_Recorded data:_
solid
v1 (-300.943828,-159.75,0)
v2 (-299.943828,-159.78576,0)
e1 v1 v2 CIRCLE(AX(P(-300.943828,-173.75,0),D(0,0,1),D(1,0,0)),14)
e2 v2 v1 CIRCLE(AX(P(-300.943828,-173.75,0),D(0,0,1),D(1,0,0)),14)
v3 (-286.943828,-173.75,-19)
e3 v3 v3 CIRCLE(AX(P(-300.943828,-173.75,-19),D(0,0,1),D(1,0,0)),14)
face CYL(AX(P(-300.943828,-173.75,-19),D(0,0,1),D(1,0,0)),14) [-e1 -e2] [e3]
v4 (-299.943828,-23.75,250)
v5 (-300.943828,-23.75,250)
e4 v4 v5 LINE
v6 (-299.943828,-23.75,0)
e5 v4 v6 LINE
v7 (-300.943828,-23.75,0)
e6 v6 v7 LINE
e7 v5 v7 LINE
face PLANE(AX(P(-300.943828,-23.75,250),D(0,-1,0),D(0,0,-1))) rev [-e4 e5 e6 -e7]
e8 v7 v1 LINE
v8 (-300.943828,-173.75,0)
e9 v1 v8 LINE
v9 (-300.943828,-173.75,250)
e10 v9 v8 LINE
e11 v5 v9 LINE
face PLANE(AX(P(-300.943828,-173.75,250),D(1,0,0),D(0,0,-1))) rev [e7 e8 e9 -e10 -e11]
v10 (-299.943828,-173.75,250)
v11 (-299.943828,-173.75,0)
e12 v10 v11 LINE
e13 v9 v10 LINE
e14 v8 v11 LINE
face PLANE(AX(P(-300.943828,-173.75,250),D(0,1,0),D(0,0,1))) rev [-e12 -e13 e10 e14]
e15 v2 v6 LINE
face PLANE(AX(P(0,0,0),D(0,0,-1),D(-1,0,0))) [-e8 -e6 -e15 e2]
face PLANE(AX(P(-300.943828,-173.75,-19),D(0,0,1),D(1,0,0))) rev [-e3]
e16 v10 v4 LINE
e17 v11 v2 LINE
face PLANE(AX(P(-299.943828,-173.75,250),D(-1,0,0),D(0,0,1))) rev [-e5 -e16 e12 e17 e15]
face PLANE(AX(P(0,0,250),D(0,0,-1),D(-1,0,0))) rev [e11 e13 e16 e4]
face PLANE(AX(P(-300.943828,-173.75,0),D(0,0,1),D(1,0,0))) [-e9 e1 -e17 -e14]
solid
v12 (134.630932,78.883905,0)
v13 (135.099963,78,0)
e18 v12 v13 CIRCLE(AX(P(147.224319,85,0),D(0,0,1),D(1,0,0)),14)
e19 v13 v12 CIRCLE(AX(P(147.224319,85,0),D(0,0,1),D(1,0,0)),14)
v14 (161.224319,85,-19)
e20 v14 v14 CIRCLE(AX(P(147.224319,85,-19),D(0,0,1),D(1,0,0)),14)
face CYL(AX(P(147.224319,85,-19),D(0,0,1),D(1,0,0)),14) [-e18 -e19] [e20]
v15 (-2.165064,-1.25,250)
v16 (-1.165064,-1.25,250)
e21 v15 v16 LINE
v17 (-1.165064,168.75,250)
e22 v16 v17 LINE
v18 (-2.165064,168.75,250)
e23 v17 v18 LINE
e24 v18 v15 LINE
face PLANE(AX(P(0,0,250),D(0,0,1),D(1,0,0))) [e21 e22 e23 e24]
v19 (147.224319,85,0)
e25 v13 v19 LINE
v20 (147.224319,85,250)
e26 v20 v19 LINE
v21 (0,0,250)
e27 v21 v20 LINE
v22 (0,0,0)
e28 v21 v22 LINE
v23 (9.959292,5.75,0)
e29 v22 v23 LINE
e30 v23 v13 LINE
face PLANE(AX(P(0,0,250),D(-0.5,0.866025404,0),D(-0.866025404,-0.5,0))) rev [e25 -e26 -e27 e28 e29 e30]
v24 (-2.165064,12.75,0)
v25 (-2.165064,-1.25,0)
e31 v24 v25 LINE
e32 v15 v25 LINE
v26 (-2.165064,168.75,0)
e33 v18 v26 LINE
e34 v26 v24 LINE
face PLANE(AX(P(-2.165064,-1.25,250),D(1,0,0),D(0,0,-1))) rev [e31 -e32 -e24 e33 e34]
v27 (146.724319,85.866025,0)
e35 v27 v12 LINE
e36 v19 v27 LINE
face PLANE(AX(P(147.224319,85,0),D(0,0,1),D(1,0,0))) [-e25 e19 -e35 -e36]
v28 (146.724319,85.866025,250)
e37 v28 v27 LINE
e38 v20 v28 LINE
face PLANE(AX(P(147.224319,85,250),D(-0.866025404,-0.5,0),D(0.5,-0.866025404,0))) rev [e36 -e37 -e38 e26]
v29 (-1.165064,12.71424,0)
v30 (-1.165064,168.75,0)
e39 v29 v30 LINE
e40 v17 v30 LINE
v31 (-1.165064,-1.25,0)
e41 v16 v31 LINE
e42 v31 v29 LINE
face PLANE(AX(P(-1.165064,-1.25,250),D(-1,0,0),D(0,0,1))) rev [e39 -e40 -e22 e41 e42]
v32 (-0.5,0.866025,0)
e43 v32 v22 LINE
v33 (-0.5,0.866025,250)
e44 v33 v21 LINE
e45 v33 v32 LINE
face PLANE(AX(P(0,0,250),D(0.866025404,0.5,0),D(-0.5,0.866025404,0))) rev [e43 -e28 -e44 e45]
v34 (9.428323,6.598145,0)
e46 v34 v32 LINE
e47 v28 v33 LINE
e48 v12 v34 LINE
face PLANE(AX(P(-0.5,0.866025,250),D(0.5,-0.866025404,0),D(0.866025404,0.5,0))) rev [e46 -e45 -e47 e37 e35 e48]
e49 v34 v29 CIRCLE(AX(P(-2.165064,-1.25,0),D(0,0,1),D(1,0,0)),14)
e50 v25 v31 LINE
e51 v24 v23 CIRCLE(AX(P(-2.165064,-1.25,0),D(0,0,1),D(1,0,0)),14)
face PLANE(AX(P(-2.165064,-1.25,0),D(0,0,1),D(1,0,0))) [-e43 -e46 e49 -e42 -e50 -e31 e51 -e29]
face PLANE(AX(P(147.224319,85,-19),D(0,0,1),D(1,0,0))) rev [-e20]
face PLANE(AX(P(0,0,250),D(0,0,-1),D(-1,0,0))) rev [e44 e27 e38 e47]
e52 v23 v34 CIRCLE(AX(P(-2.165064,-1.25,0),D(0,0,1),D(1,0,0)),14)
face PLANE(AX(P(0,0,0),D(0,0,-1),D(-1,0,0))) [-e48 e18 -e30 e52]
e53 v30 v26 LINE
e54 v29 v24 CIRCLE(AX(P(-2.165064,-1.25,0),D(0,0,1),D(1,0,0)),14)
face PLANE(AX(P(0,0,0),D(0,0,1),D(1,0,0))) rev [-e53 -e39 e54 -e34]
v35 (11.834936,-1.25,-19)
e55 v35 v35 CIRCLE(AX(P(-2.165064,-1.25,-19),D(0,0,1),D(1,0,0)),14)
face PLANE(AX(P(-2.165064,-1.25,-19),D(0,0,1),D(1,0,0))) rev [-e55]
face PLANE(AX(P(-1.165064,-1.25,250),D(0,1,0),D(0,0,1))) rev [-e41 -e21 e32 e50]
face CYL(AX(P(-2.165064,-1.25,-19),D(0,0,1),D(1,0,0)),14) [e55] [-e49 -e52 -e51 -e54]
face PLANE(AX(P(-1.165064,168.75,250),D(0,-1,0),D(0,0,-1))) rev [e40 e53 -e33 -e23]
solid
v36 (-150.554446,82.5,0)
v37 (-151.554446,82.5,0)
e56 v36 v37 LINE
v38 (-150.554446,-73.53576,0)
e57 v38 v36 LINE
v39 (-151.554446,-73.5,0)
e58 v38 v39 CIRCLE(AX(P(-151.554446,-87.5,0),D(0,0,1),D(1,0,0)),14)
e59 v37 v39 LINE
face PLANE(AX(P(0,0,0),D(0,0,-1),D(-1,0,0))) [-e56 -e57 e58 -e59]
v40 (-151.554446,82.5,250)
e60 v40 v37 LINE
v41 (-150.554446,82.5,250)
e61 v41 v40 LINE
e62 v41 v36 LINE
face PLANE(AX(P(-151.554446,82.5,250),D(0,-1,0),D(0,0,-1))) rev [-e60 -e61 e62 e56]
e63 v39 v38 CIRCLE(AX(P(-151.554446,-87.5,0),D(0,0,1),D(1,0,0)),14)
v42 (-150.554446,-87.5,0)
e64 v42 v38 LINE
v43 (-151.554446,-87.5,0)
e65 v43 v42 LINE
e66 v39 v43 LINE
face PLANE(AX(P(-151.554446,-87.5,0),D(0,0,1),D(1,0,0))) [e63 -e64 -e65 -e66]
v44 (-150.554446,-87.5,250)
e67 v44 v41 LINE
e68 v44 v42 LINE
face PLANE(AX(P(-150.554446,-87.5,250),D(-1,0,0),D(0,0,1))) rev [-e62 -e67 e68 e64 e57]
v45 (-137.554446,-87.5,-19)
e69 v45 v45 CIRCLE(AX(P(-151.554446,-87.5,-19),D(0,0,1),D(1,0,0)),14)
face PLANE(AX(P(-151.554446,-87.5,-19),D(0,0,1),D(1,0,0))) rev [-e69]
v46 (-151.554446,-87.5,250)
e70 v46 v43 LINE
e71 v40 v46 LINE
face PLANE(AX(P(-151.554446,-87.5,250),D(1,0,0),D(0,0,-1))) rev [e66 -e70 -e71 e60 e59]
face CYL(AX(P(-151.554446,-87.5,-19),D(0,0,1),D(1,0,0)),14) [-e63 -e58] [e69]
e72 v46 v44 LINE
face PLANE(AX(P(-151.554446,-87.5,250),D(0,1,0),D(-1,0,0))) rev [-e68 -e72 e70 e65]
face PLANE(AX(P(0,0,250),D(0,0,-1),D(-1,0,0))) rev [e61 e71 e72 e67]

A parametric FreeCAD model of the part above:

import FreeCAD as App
import Part
import Sketcher
from FreeCAD import Vector
Q = App.Units.Quantity

doc = App.newDocument("Part")
body = doc.addObject("PartDesign::Body", "Body")

# Sketch on XY plane
sketch1 = body.newObject("Sketcher::SketchObject", "Sketch")
sketch1.AttachmentSupport = (doc.getObject("XY_Plane"), [""])
sketch1.MapMode = "FlatFace"
sketch1.addGeometry([
    Part.LineSegment(Vector(0, 0, 0), Vector(147.2, 85, 0)),
    Part.LineSegment(Vector(147.2, 85, 0), Vector(146.7, 85.9, 0)),
    Part.LineSegment(Vector(146.7, 85.9, 0), Vector(-0.5, 0.9, 0)),
    Part.LineSegment(Vector(-0.5, 0.9, 0), Vector(0, 0, 0)),
], False)
sketch1.addConstraint([
    Sketcher.Constraint("Coincident", 0, 2, 1, 1),
    Sketcher.Constraint("Coincident", 1, 2, 2, 1),
    Sketcher.Constraint("Coincident", 2, 2, 3, 1),
    Sketcher.Constraint("Coincident", 3, 2, 0, 1),
    Sketcher.Constraint("Coincident", 3, 2, -1, 1),
    Sketcher.Constraint("Perpendicular", 0, 1),
    Sketcher.Constraint("Perpendicular", 1, 2),
    Sketcher.Constraint("Perpendicular", 2, 3),
    Sketcher.Constraint("Angle", 0, Q("30 deg")),
    Sketcher.Constraint("Distance", 0, Q("170 mm")),
    Sketcher.Constraint("Distance", 1, Q("1 mm")),
])
pad1 = body.newObject("PartDesign::Pad", "Pad")
pad1.Profile = sketch1
pad1.Length = 250
body2 = doc.addObject("PartDesign::Body", "Body001")

# Sketch on XY plane
sketch2 = body2.newObject("Sketcher::SketchObject", "Sketch001")
sketch2.AttachmentSupport = (doc.getObject("XY_Plane001"), [""])
sketch2.MapMode = "FlatFace"
sketch2.addGeometry([
    Part.LineSegment(Vector(-2.2, 168.8, 0), Vector(-2.2, -1.2, 0)),
    Part.LineSegment(Vector(-2.2, -1.2, 0), Vector(-1.2, -1.2, 0)),
    Part.LineSegment(Vector(-1.2, -1.2, 0), Vector(-1.2, 168.8, 0)),
    Part.LineSegment(Vector(-1.2, 168.8, 0), Vector(-2.2, 168.8, 0)),
], False)
sketch2.addConstraint([
    Sketcher.Constraint("Coincident", 0, 2, 1, 1),
    Sketcher.Constraint("Coincident", 1, 2, 2, 1),
    Sketcher.Constraint("Coincident", 2, 2, 3, 1),
    Sketcher.Constraint("Coincident", 3, 2, 0, 1),
    Sketcher.Constraint("Vertical", 0),
    Sketcher.Constraint("Horizontal", 1),
    Sketcher.Constraint("Vertical", 2),
    Sketcher.Constraint("Horizontal", 3),
    Sketcher.Constraint("DistanceX", 1, 1, 1, 2, Q("1 mm")),
    Sketcher.Constraint("DistanceY", 0, 2, 0, 1, Q("170 mm")),
    Sketcher.Constraint("DistanceY", 0, 2, -1, 1, Q("1.25 mm")),
    Sketcher.Constraint("DistanceX", 0, 2, -1, 1, Q("2.165064 mm")),
])
pad2 = body2.newObject("PartDesign::Pad", "Pad001")
pad2.Profile = sketch2
pad2.Length = 250
body3 = doc.addObject("PartDesign::Body", "Body002")

# Sketch on XY plane
sketch3 = body3.newObject("Sketcher::SketchObject", "Sketch002")
sketch3.AttachmentSupport = (doc.getObject("XY_Plane002"), [""])
sketch3.MapMode = "FlatFace"
sketch3.addGeometry([
    Part.LineSegment(Vector(-151.6, 82.5, 0), Vector(-151.6, -87.5, 0)),
    Part.LineSegment(Vector(-151.6, -87.5, 0), Vector(-150.6, -87.5, 0)),
    Part.LineSegment(Vector(-150.6, -87.5, 0), Vector(-150.6, 82.5, 0)),
    Part.LineSegment(Vector(-150.6, 82.5, 0), Vector(-151.6, 82.5, 0)),
], False)
sketch3.addConstraint([
    Sketcher.Constraint("Coincident", 0, 2, 1, 1),
    Sketcher.Constraint("Coincident", 1, 2, 2, 1),
    Sketcher.Constraint("Coincident", 2, 2, 3, 1),
    Sketcher.Constraint("Coincident", 3, 2, 0, 1),
    Sketcher.Constraint("Vertical", 0),
    Sketcher.Constraint("Horizontal", 1),
    Sketcher.Constraint("Vertical", 2),
    Sketcher.Constraint("Horizontal", 3),
    Sketcher.Constraint("DistanceX", 1, 1, 1, 2, Q("1 mm")),
    Sketcher.Constraint("DistanceY", 0, 2, 0, 1, Q("170 mm")),
    Sketcher.Constraint("DistanceY", 0, 2, -1, 1, Q("87.5 mm")),
    Sketcher.Constraint("DistanceX", 0, 2, -1, 1, Q("151.554446 mm")),
])
pad3 = body3.newObject("PartDesign::Pad", "Pad002")
pad3.Profile = sketch3
pad3.Length = 250
body4 = doc.addObject("PartDesign::Body", "Body003")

_What you need to do:_ Print the lines above from the one with "e26 v20 v19 LINE" through the one with "e34 v26 v24 LINE", both included, exactly as written and nothing more.

_Output for this exercise:_
e26 v20 v19 LINE
v21 (0,0,250)
e27 v21 v20 LINE
v22 (0,0,0)
e28 v21 v22 LINE
v23 (9.959292,5.75,0)
e29 v22 v23 LINE
e30 v23 v13 LINE
face PLANE(AX(P(0,0,250),D(-0.5,0.866025404,0),D(-0.866025404,-0.5,0))) rev [e25 -e26 -e27 e28 e29 e30]
v24 (-2.165064,12.75,0)
v25 (-2.165064,-1.25,0)
e31 v24 v25 LINE
e32 v15 v25 LINE
v26 (-2.165064,168.75,0)
e33 v18 v26 LINE
e34 v26 v24 LINE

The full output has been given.